Degree Name

Doctor of Philosophy


School of Mechanical, Materials and Mechatronic Engineering


Nanocrystalline material has been the subject of widespread research over the past couple of decades. When the grain sizes of crystals are down to nanoscale, the so-called nanocrystalline material can exhibit distinct physical properties, unlike their conventional counterparts. The strength and plastic deformation of nanocrystalline material were among the most broadly investigated properties from the mechanical and material perspective. But since the rapid increases in computational power, atomistic simulation has been used extensively to study the mechanical properties of nanocrystalline material from which enormous progress has been made in computational simulation to understand the deformation mechanisms at an atomic scale. In this thesis, molecular dynamics (MD) simulations were carried out to study two common types of crystal defect induced plasticity in nanocrystalline metallic materials, i.e. grain boundary (GB) and stacking fault tetrahedron (SFT).

The first part of this thesis focuses on symmetric GBs where MD simulations were carried out to study dislocation nucleation from a number of 〈1 1 0〉 tilt GBs that covered a wide range of misorientation angles (θ). The results indicated that the mechanical behaviour of GBs and the energy barrier of dislocation nucleation from GBs were closely related to the lattice crystallographic orientation, GB energy, and the intrinsic GB structures. An atomistic analysis of the nucleation mechanisms provided details of dislocation nucleation and emission from the GBs.
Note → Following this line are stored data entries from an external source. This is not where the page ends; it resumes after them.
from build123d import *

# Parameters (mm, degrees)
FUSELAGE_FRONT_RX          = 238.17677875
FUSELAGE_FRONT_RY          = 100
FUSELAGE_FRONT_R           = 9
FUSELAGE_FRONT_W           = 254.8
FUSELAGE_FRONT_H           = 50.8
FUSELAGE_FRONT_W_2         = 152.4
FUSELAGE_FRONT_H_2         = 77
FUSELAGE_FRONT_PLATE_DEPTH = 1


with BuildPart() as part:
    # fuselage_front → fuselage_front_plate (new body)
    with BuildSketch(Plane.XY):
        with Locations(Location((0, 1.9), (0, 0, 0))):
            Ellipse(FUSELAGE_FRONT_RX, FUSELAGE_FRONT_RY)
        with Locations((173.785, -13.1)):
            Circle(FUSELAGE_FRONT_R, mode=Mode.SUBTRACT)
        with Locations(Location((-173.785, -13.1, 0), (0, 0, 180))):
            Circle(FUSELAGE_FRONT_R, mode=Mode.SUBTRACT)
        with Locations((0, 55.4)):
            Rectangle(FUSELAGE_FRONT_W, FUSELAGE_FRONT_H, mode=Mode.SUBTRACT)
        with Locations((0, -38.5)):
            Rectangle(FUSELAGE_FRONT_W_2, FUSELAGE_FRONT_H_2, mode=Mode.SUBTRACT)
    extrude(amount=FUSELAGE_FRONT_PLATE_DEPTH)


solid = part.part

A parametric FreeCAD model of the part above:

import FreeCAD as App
import Part
import Sketcher

V = App.Vector


def add_polygon(sketch, points):
    """Adds a closed chain of lines whose ends are joined by coincident constraints."""
    first, n = sketch.GeometryCount, len(points)
    for a, b in zip(points, points[1:] + points[:1]):
        sketch.addGeometry(Part.LineSegment(App.Vector(*a, 0), App.Vector(*b, 0)), False)
    for i in range(n):
        sketch.addConstraint(Sketcher.Constraint("Coincident", first + i, 2, first + (i + 1) % n, 1))

doc = App.newDocument("Part")
body = doc.addObject("PartDesign::Body", "Body")

sketch1 = body.newObject("Sketcher::SketchObject", "Sketch")
sketch1.AttachmentSupport = (doc.getObject("XY_Plane"), [""])
sketch1.MapMode = "FlatFace"
sketch1.addGeometry(Part.Ellipse(V(238.176779, 1.9, 0), V(0, 101.9, 0), V(0, 1.9, 0)), False)
sketch1.addGeometry(Part.Circle(V(-173.785, -13.1, 0), V(0, 0, 1), 9), False)
add_polygon(sketch1, [(76.2, -77), (-76.2, -77), (-76.2, 0), (76.2, 0)])
sketch1.addGeometry(Part.Circle(V(173.785, -13.1, 0), V(0, 0, 1), 9), False)
add_polygon(sketch1, [(127.4, 30), (-127.4, 30), (-127.4, 80.8), (127.4, 80.8)])
sketch1.addConstraint([
    Sketcher.Constraint("Block", 0),
    Sketcher.Constraint("Horizontal", 2),
    Sketcher.Constraint("Vertical", 3),
    Sketcher.Constraint("Horizontal", 4),
    Sketcher.Constraint("Vertical", 5),
    Sketcher.Constraint("Horizontal", 7),
    Sketcher.Constraint("Vertical", 8),
    Sketcher.Constraint("Horizontal", 9),
    Sketcher.Constraint("Vertical", 10),
    Sketcher.Constraint("Equal", 1, 6),
    Sketcher.Constraint("Symmetric", 3, 2, 4, 2, -1, 1),
    Sketcher.Constraint("Symmetric", 1, 3, 6, 3, -2),
    Sketcher.Constraint("Diameter", 1, 18.0),
    Sketcher.Constraint("DistanceY", 3, 1, 3, 2, 77.0),
    Sketcher.Constraint("DistanceX", 2, 2, 2, 1, 152.4),
    Sketcher.Constraint("DistanceX", 7, 2, 7, 1, 254.8),
    Sketcher.Constraint("DistanceY", 8, 1, 8, 2, 50.8),
    Sketcher.Constraint("DistanceY", -1, 1, 7, 2, 30.0),
    Sketcher.Constraint("DistanceY", 1, 3, -1, 1, 13.1),
    Sketcher.Constraint("DistanceX", 7, 2, -1, 1, 127.4),
    Sketcher.Constraint("DistanceX", 1, 3, 6, 3, 347.57),
])
pad1 = body.newObject("PartDesign::Pad", "Pad")
pad1.Profile = sketch1
pad1.Length = 1

doc.recompute()
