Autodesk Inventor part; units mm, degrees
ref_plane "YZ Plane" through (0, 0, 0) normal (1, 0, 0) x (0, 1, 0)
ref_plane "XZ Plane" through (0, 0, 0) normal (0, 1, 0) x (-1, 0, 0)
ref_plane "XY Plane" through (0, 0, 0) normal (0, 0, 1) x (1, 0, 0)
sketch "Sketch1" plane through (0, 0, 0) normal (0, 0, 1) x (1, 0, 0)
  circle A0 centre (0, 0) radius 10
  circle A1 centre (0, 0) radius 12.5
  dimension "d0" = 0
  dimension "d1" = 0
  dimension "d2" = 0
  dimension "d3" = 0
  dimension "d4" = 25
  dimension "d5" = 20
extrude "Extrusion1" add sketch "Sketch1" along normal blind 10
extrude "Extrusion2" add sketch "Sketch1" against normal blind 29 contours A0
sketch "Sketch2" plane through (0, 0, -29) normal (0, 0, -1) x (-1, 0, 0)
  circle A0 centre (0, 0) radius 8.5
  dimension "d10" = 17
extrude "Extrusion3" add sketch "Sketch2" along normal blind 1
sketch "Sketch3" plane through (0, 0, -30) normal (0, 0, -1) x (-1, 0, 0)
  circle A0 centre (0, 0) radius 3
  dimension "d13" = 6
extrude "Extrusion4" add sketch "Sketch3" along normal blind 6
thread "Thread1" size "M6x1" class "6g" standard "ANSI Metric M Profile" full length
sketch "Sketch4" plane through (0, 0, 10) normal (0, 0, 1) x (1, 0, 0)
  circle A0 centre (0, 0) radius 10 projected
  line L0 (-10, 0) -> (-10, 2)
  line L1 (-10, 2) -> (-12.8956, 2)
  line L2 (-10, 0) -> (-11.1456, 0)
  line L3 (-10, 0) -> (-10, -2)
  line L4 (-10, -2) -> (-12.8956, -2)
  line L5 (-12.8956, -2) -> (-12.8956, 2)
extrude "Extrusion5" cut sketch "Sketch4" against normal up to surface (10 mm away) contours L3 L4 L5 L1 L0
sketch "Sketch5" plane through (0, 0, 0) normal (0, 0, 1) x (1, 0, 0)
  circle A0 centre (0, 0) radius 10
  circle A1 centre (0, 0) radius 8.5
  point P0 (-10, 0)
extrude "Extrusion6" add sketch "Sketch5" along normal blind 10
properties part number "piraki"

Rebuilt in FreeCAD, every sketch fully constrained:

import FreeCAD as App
import Part
import Sketcher

V = App.Vector
Q = App.Units.Quantity


def add_polygon(sketch, points):
    """Adds a closed chain of lines whose ends are joined by coincident constraints."""
    first, n = sketch.GeometryCount, len(points)
    for a, b in zip(points, points[1:] + points[:1]):
        sketch.addGeometry(Part.LineSegment(App.Vector(*a, 0), App.Vector(*b, 0)), False)
    for i in range(n):
        sketch.addConstraint(Sketcher.Constraint("Coincident", first + i, 2, first + (i + 1) % n, 1))

doc = App.newDocument("Part")
body = doc.addObject("PartDesign::Body", "Body")
body.AllowCompound = True

# Sketch on XY plane
sketch1 = body.newObject("Sketcher::SketchObject", "Sketch")
sketch1.AttachmentSupport = (doc.getObject("XY_Plane"), [""])
sketch1.MapMode = "FlatFace"
sketch1.addGeometry([
    Part.Circle(V(0, 0, 0), V(0, 0, 1), 12),
    Part.Circle(V(0, 0, 0), V(0, 0, 1), 10),
], False)
sketch1.addConstraint([
    Sketcher.Constraint("Coincident", 0, 3, -1, 1),
    Sketcher.Constraint("Coincident", 1, 3, -1, 1),
    Sketcher.Constraint("Diameter", 0, Q("25 mm")),
    Sketcher.Constraint("Diameter", 1, Q("20 mm")),
])
pad1 = body.newObject("PartDesign::Pad", "Pad")
pad1.Profile = sketch1
pad1.Length = 10

# Sketch on XY plane
sketch2 = body.newObject("Sketcher::SketchObject", "Sketch001")
sketch2.AttachmentSupport = (doc.getObject("XY_Plane"), [""])
sketch2.MapMode = "FlatFace"
sketch2.addGeometry(Part.Circle(V(0, 0, 0), V(0, 0, 1), 10), False)
sketch2.addConstraint([
    Sketcher.Constraint("Coincident", 0, 3, -1, 1),
    Sketcher.Constraint("Diameter", 0, Q("20 mm")),
])
pad2 = body.newObject("PartDesign::Pad", "Pad001")
pad2.Profile = sketch2
pad2.Length = 29
pad2.Reversed = True

# Sketch on XY plane
sketch3 = body.newObject("Sketcher::SketchObject", "Sketch002")
sketch3.AttachmentSupport = (doc.getObject("XY_Plane"), [""])
sketch3.MapMode = "FlatFace"
sketch3.AttachmentOffset = App.Placement(V(0, 0, -29), App.Rotation())
sketch3.addGeometry(Part.Circle(V(0, 0, 0), V(0, 0, 1), 8), False)
sketch3.addConstraint([
    Sketcher.Constraint("Coincident", 0, 3, -1, 1),
    Sketcher.Constraint("Diameter", 0, Q("17 mm")),
])
pad3 = body.newObject("PartDesign::Pad", "Pad002")
pad3.Profile = sketch3
pad3.Length = 1
pad3.Reversed = True

# Sketch on XY plane
sketch4 = body.newObject("Sketcher::SketchObject", "Sketch003")
sketch4.AttachmentSupport = (doc.getObject("XY_Plane"), [""])
sketch4.MapMode = "FlatFace"
sketch4.AttachmentOffset = App.Placement(V(0, 0, -30), App.Rotation())
sketch4.addGeometry(Part.Circle(V(0, 0, 0), V(0, 0, 1), 3), False)
sketch4.addConstraint([
    Sketcher.Constraint("Coincident", 0, 3, -1, 1),
    Sketcher.Constraint("Diameter", 0, Q("6 mm")),
])
pad4 = body.newObject("PartDesign::Pad", "Pad003")
pad4.Profile = sketch4
pad4.Length = 6
pad4.Reversed = True

# Sketch on XY plane
sketch5 = body.newObject("Sketcher::SketchObject", "Sketch004")
sketch5.AttachmentSupport = (doc.getObject("XY_Plane"), [""])
sketch5.MapMode = "FlatFace"
sketch5.AttachmentOffset = App.Placement(V(0, 0, 10), App.Rotation())
add_polygon(sketch5, [(-10, -2), (-10, 2), (-12.9, 2), (-12.9, -2)])  # lines 0-3
sketch5.addConstraint([
    Sketcher.Constraint("Vertical", 0),
    Sketcher.Constraint("Horizontal", 1),
    Sketcher.Constraint("Vertical", 2),
    Sketcher.Constraint("Horizontal", 3),
    Sketcher.Constraint("DistanceY", 0, 1, 0, 2, Q("4 mm")),
    Sketcher.Constraint("DistanceX", 0, 2, -1, 1, Q("10 mm")),
    Sketcher.Constraint("DistanceY", -1, 1, 0, 2, Q("2 mm")),
    Sketcher.Constraint("DistanceX", 1, 2, 1, 1, Q("2.8956 mm")),
])
pocket1 = body.newObject("PartDesign::Pocket", "Pocket")
pocket1.Profile = sketch5
pocket1.Length = 10

# Sketch on XY plane
sketch6 = body.newObject("Sketcher::SketchObject", "Sketch005")
sketch6.AttachmentSupport = (doc.getObject("XY_Plane"), [""])
sketch6.MapMode = "FlatFace"
sketch6.addGeometry([
    Part.Circle(V(0, 0, 0), V(0, 0, 1), 10),
    Part.Circle(V(0, 0, 0), V(0, 0, 1), 8),
], False)
sketch6.addConstraint([
    Sketcher.Constraint("Coincident", 0, 3, -1, 1),
    Sketcher.Constraint("Coincident", 1, 3, -1, 1),
    Sketcher.Constraint("Diameter", 0, Q("20 mm")),
    Sketcher.Constraint("Diameter", 1, Q("17 mm")),
])
pad5 = body.newObject("PartDesign::Pad", "Pad004")
pad5.Profile = sketch6
pad5.Length = 10

doc.recompute()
The second part of the thesis focuses on the structure and mechanical property of asymmetric GBs, with the results showing that the structure of Σ5 and Σ11 asymmetric GBs with different inclination angles (Ф) consisted of structural units that are closely related to their corresponding symmetric GBs. Tensile deformation was carried out on the bicrystal models with Σ5 GBs under either 'free' or 'constrained' boundary conditions, and the results indicated that the stress state can play an important role in the dislocation nucleation mechanisms. Different deformation mechanisms were reported due to the Σ11 GB structures, including GB migration coupled to shear deformation, GB sliding caused by local atomic shuffling, or nucleation of dislocations and stacking faults from the GB.

In the third part, MD simulations were used to investigate the atomic mechanisms of SFT induced plasticity in Cu single crystal. The mechanical response and deformation mechanisms of SFT depended mainly on the crystal orientation and loading direction. The structural transformation of SFT was prevalent under the applied loading; this resulted in a different reduction of yield stress in compression and tension, and also caused a decreased or reversed compression/tension asymmetry. Compressive stress can result in the unfaulting of Frank loop in some crystal, and the process of unfaulting was closely related to the size of the dislocation loop and the stacking fault energy according to the elastic theory of dislocation.

The research in this thesis provides a fundamental understanding of grain boundary and stacking fault tetrahedron induced crystal plasticity at nanometer size, and it can help to enrich the theoretical basis for improving the performance of nanocrystalline materials.